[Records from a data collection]
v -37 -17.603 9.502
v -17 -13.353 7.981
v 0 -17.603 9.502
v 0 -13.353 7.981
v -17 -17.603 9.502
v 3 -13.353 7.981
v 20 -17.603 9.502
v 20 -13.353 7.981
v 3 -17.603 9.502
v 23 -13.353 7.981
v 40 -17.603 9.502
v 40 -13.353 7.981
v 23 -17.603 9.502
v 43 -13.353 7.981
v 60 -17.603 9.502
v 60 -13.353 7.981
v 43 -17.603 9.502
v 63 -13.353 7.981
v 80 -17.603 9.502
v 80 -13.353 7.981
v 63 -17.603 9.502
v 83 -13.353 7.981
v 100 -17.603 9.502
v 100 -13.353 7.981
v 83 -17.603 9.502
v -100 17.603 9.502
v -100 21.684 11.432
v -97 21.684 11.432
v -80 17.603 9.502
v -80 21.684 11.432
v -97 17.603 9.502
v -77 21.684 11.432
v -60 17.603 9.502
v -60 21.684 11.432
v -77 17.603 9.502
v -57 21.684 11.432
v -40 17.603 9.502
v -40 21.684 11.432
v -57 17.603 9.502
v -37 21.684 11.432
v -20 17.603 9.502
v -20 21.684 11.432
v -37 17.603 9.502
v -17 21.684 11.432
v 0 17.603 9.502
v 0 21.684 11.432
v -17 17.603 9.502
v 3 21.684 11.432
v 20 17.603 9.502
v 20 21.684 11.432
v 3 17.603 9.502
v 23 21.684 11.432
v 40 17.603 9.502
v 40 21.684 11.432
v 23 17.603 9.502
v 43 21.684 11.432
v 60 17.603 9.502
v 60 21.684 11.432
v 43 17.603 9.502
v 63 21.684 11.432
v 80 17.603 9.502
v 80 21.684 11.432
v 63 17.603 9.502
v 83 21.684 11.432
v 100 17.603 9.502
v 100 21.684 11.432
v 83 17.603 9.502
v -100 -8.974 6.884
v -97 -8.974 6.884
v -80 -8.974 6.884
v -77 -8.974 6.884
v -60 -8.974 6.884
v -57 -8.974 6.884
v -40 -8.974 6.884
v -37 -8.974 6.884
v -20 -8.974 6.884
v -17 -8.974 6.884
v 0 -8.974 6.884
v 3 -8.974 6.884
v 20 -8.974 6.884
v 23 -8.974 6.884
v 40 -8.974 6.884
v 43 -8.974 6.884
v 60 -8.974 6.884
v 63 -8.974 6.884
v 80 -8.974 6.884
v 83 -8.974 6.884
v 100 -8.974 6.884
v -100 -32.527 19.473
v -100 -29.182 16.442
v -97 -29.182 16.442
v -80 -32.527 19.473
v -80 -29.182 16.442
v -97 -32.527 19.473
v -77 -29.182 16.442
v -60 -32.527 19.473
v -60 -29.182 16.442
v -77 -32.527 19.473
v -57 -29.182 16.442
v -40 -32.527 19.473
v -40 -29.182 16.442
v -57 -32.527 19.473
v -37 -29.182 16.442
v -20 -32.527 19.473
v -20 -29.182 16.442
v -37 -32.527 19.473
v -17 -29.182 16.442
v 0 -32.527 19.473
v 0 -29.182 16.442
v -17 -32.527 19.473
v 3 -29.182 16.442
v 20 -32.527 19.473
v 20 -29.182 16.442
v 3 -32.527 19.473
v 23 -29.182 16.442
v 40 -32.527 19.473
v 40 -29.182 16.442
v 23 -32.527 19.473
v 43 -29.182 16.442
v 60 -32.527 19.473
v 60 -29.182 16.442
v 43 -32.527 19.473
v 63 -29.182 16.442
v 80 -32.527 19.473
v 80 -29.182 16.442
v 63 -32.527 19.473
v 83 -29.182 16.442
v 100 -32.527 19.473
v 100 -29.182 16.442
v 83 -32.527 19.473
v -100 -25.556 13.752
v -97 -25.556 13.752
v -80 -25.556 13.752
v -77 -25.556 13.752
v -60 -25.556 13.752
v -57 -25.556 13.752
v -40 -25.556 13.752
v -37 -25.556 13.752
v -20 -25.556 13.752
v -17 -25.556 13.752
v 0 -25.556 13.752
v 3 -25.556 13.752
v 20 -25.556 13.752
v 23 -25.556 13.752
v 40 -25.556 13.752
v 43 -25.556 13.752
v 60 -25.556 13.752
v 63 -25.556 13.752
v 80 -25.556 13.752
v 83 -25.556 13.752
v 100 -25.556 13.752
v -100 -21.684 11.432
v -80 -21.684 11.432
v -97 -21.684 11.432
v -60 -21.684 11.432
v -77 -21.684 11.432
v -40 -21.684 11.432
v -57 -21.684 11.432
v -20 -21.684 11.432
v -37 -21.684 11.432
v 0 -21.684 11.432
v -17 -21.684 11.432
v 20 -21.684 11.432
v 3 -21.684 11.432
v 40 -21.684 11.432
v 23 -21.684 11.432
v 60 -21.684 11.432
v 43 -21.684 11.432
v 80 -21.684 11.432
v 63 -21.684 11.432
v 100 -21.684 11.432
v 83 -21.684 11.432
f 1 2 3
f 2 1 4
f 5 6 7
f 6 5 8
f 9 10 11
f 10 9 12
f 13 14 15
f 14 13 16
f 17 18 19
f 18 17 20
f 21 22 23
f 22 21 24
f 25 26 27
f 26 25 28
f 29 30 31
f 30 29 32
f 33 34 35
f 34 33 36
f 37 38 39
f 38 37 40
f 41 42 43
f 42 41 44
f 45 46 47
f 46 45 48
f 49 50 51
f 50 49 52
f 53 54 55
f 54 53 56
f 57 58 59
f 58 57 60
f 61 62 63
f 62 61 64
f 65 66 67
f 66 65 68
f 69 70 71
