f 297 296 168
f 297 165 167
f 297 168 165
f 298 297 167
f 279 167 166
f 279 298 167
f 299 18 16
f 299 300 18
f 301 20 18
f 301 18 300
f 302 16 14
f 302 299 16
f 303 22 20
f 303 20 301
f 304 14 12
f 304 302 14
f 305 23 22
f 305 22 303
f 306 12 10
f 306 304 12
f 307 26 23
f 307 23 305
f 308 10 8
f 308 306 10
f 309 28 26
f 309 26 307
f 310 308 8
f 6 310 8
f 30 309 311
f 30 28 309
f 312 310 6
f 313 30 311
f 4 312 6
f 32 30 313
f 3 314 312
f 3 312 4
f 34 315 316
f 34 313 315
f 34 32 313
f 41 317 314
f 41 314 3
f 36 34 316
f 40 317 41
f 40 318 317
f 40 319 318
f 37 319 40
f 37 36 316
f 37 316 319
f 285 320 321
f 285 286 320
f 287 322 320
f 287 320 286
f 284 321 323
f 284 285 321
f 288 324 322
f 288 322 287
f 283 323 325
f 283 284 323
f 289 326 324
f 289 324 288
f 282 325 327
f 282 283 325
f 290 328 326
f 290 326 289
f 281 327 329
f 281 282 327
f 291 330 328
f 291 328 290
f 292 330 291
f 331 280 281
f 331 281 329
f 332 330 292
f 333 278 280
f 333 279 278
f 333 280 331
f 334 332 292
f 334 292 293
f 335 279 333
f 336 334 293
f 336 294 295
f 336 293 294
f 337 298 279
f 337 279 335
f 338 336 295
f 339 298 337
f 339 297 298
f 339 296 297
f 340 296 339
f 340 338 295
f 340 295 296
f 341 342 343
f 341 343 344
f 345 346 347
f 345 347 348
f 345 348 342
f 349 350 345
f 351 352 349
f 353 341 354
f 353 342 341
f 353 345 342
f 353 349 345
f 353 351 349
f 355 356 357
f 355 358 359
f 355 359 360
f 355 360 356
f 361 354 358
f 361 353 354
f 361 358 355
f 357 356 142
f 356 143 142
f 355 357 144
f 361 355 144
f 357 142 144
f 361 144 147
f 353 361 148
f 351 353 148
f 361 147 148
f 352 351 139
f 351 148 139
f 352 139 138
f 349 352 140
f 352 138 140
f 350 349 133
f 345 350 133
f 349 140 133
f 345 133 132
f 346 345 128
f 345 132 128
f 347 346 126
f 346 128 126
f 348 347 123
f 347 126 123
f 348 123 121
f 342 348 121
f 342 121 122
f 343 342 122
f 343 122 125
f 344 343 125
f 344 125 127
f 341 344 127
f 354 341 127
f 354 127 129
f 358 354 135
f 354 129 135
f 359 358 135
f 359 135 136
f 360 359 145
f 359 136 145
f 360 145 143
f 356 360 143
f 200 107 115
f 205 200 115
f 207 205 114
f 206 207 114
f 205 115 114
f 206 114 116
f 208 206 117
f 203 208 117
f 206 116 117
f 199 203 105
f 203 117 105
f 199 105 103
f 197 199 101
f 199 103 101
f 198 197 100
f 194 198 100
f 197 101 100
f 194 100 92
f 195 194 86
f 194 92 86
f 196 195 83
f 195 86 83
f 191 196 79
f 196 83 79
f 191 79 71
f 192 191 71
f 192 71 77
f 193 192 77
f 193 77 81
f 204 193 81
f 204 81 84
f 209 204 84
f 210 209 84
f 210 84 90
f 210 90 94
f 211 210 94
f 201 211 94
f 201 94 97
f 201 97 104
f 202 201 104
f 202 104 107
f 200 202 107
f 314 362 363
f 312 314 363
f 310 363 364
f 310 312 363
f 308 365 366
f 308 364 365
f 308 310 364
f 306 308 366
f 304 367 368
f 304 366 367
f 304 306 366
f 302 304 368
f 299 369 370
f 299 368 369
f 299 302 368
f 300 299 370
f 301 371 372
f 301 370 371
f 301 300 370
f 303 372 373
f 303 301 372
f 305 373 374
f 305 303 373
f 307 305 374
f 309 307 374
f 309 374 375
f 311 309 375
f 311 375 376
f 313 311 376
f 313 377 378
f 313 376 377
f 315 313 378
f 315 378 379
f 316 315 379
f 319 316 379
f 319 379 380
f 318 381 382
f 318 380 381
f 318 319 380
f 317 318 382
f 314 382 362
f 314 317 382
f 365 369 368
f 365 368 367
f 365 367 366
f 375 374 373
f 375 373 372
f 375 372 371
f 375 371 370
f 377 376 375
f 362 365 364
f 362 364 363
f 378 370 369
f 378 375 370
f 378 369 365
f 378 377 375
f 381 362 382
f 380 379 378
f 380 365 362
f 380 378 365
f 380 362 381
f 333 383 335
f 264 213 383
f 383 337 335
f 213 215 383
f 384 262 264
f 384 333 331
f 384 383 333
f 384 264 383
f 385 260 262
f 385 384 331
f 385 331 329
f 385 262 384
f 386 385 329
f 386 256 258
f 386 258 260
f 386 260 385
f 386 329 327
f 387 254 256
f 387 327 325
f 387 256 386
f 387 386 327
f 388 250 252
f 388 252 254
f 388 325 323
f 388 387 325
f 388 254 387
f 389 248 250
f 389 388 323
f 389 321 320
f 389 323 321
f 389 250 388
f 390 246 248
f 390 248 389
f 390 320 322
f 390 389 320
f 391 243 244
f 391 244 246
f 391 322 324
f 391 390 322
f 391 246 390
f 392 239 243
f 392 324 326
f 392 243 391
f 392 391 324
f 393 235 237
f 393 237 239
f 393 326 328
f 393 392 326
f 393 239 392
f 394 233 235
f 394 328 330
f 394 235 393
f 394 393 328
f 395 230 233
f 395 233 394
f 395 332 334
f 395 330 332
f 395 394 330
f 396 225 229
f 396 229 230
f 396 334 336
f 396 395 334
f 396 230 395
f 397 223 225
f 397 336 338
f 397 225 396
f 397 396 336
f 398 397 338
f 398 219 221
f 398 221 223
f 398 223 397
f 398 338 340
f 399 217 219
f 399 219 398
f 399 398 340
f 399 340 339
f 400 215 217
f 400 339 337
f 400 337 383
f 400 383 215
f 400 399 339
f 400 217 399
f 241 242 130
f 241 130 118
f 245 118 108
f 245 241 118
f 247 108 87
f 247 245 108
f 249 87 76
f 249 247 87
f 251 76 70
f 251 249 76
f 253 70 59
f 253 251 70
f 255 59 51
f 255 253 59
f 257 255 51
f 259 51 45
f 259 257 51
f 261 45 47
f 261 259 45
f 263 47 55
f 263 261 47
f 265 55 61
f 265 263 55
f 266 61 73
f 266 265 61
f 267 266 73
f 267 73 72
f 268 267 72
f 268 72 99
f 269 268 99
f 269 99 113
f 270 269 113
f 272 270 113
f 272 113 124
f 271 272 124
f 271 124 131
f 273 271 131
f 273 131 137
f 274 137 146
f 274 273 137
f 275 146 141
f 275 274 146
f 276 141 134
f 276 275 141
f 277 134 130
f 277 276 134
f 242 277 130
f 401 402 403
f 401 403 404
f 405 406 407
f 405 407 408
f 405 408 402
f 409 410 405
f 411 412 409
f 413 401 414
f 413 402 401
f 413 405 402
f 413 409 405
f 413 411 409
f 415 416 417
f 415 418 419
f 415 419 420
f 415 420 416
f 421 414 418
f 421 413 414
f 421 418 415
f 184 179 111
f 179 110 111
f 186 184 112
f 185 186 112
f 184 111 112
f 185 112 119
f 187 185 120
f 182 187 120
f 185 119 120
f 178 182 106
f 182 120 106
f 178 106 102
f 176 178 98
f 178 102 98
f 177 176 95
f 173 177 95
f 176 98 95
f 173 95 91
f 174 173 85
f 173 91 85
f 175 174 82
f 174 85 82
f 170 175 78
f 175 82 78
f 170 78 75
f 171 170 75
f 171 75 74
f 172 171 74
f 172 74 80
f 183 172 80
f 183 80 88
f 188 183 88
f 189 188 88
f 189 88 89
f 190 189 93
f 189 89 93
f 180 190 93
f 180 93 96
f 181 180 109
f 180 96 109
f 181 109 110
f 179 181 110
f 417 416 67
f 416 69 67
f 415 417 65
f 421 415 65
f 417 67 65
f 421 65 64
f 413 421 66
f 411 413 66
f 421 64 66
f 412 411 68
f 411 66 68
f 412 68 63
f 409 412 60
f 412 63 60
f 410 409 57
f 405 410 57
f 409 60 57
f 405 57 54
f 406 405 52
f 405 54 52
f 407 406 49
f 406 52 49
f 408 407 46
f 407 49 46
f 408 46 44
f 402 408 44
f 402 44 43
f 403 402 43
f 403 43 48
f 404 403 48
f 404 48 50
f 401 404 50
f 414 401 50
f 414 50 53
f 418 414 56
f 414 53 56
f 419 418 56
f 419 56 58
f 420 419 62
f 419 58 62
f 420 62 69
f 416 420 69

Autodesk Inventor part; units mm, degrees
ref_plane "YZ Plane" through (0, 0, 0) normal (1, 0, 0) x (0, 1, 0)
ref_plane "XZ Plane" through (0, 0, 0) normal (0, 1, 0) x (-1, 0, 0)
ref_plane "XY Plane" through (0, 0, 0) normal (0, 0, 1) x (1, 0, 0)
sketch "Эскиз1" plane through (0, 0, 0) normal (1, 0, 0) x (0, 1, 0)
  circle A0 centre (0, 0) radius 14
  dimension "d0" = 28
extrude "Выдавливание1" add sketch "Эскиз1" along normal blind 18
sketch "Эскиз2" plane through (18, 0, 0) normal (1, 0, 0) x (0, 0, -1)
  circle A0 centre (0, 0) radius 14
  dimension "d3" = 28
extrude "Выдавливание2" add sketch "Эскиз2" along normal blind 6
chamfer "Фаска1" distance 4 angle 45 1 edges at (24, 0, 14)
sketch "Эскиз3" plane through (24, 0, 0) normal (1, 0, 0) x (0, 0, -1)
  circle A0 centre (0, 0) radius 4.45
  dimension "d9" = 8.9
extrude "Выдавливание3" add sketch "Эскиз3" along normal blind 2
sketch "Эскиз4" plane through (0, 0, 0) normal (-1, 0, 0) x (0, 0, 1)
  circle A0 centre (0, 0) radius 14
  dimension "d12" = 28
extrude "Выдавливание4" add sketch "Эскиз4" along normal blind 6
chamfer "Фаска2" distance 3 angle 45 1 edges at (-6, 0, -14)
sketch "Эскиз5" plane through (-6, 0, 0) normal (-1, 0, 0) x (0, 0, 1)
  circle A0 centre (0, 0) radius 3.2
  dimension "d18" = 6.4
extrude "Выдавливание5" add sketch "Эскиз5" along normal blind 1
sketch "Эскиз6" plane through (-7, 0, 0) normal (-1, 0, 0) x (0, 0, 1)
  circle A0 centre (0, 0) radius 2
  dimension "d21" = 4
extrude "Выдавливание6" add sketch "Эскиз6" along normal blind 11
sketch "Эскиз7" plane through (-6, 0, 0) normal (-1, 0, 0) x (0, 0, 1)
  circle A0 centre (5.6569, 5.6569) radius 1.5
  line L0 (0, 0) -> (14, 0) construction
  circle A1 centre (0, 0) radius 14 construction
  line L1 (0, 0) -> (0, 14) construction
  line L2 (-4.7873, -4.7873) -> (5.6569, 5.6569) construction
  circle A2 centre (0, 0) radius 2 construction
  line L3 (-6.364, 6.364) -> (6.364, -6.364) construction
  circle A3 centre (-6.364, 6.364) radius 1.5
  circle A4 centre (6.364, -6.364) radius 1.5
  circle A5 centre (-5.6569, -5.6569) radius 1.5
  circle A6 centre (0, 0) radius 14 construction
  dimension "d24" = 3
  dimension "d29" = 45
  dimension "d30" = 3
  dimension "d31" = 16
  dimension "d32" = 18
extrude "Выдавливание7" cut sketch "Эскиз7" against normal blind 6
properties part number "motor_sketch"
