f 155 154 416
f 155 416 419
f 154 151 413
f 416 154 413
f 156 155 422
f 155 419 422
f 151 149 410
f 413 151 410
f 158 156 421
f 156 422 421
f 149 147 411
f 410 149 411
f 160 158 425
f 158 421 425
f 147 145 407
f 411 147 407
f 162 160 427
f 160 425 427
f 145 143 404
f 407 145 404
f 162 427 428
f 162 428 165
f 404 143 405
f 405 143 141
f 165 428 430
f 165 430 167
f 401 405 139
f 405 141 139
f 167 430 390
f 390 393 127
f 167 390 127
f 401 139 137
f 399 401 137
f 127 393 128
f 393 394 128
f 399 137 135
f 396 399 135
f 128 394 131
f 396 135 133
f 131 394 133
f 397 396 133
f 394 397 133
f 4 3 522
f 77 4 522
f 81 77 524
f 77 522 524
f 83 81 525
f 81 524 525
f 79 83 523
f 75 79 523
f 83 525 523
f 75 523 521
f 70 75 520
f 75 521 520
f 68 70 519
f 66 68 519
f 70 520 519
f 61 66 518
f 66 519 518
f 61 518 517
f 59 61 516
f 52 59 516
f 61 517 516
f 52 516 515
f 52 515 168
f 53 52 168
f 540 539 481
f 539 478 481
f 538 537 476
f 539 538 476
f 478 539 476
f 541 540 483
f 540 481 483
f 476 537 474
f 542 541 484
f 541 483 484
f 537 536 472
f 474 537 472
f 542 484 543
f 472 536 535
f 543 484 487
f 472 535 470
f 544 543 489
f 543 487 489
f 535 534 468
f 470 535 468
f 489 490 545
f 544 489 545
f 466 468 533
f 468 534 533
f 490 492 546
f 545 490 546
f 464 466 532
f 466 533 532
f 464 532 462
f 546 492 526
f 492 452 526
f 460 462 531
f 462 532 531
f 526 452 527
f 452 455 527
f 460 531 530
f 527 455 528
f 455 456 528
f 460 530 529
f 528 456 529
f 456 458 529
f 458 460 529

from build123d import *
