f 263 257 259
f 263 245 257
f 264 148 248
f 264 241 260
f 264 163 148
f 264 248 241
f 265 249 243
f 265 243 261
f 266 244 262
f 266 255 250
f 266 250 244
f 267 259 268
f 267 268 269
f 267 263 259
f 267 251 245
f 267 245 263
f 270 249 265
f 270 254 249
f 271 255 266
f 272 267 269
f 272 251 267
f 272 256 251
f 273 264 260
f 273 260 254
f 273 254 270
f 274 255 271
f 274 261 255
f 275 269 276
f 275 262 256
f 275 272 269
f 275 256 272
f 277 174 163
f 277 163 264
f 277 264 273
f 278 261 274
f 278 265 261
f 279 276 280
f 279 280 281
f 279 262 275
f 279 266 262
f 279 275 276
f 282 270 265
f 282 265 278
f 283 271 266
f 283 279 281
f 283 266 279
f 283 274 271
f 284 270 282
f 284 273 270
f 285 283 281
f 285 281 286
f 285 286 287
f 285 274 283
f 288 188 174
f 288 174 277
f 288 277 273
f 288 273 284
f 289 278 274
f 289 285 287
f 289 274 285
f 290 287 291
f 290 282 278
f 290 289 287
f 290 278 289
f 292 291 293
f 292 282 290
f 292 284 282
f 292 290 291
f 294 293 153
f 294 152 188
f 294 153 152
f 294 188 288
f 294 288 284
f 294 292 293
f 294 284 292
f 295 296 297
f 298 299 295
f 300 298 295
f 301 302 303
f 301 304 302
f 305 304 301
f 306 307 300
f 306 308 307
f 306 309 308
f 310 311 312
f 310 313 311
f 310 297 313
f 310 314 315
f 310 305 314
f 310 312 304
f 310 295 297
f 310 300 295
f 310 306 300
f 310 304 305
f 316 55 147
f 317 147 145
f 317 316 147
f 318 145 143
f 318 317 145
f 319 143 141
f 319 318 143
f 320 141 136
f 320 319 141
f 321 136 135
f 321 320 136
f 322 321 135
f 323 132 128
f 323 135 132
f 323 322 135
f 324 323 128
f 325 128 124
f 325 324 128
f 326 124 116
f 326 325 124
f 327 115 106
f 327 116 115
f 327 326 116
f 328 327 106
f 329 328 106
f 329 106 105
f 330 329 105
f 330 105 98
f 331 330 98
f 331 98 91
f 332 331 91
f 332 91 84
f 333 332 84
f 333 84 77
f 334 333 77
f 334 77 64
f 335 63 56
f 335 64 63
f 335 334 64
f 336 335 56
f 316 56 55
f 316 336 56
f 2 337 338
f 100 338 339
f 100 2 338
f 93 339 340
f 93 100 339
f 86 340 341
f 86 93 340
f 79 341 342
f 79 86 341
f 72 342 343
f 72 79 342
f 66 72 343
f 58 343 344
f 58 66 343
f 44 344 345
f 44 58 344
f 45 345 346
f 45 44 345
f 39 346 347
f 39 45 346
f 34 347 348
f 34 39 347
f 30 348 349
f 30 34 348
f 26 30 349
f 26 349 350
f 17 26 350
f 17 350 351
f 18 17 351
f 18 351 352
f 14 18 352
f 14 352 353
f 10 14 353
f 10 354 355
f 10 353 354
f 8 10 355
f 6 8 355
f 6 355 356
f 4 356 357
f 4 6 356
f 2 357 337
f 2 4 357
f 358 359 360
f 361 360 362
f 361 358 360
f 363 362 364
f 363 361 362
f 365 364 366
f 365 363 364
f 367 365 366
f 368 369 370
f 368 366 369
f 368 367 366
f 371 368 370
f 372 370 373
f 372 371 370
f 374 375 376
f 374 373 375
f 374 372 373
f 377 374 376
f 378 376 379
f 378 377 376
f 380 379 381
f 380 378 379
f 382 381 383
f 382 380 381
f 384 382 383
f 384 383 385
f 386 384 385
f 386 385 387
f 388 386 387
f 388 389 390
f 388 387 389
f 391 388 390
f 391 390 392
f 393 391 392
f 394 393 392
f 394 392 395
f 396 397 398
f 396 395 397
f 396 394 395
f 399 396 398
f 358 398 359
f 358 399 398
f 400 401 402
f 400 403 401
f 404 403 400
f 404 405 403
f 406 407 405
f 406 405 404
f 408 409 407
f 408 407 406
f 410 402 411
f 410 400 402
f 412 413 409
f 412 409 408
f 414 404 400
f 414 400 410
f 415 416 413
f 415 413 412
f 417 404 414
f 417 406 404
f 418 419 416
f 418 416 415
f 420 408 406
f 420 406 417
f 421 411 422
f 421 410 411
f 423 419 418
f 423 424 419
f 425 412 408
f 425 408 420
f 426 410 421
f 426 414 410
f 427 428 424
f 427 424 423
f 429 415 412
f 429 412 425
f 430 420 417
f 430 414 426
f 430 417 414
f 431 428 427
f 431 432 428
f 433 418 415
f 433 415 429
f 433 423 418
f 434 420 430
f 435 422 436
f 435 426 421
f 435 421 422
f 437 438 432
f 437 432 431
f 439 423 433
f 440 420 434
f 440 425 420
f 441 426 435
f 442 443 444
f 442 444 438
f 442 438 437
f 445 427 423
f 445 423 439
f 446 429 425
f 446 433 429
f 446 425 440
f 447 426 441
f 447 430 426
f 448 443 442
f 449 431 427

§ **WHAT THE TASK REQUIRES**
Above are the records; from them, give again exactly the lines from the one containing "f 249 247 87" through the one containing "f 173 177 95", both included.

§ **ANSWER BOX**
f 249 247 87
f 251 76 70
f 251 249 76
f 253 70 59
f 253 251 70
f 255 59 51
f 255 253 59
f 257 255 51
f 259 51 45
f 259 257 51
f 261 45 47
f 261 259 45
f 263 47 55
f 263 261 47
f 265 55 61
f 265 263 55
f 266 61 73
f 266 265 61
f 267 266 73
f 267 73 72
f 268 267 72
f 268 72 99
f 269 268 99
f 269 99 113
f 270 269 113
f 272 270 113
f 272 113 124
f 271 272 124
f 271 124 131
f 273 271 131
f 273 131 137
f 274 137 146
f 274 273 137
f 275 146 141
f 275 274 146
f 276 141 134
f 276 275 141
f 277 134 130
f 277 276 134
f 242 277 130
f 401 402 403
f 401 403 404
f 405 406 407
f 405 407 408
f 405 408 402
f 409 410 405
f 411 412 409
f 413 401 414
f 413 402 401
f 413 405 402
f 413 409 405
f 413 411 409
f 415 416 417
f 415 418 419
f 415 419 420
f 415 420 416
f 421 414 418
f 421 413 414
f 421 418 415
f 184 179 111
f 179 110 111
f 186 184 112
f 185 186 112
f 184 111 112
f 185 112 119
f 187 185 120
f 182 187 120
f 185 119 120
f 178 182 106
f 182 120 106
f 178 106 102
f 176 178 98
f 178 102 98
f 177 176 95
f 173 177 95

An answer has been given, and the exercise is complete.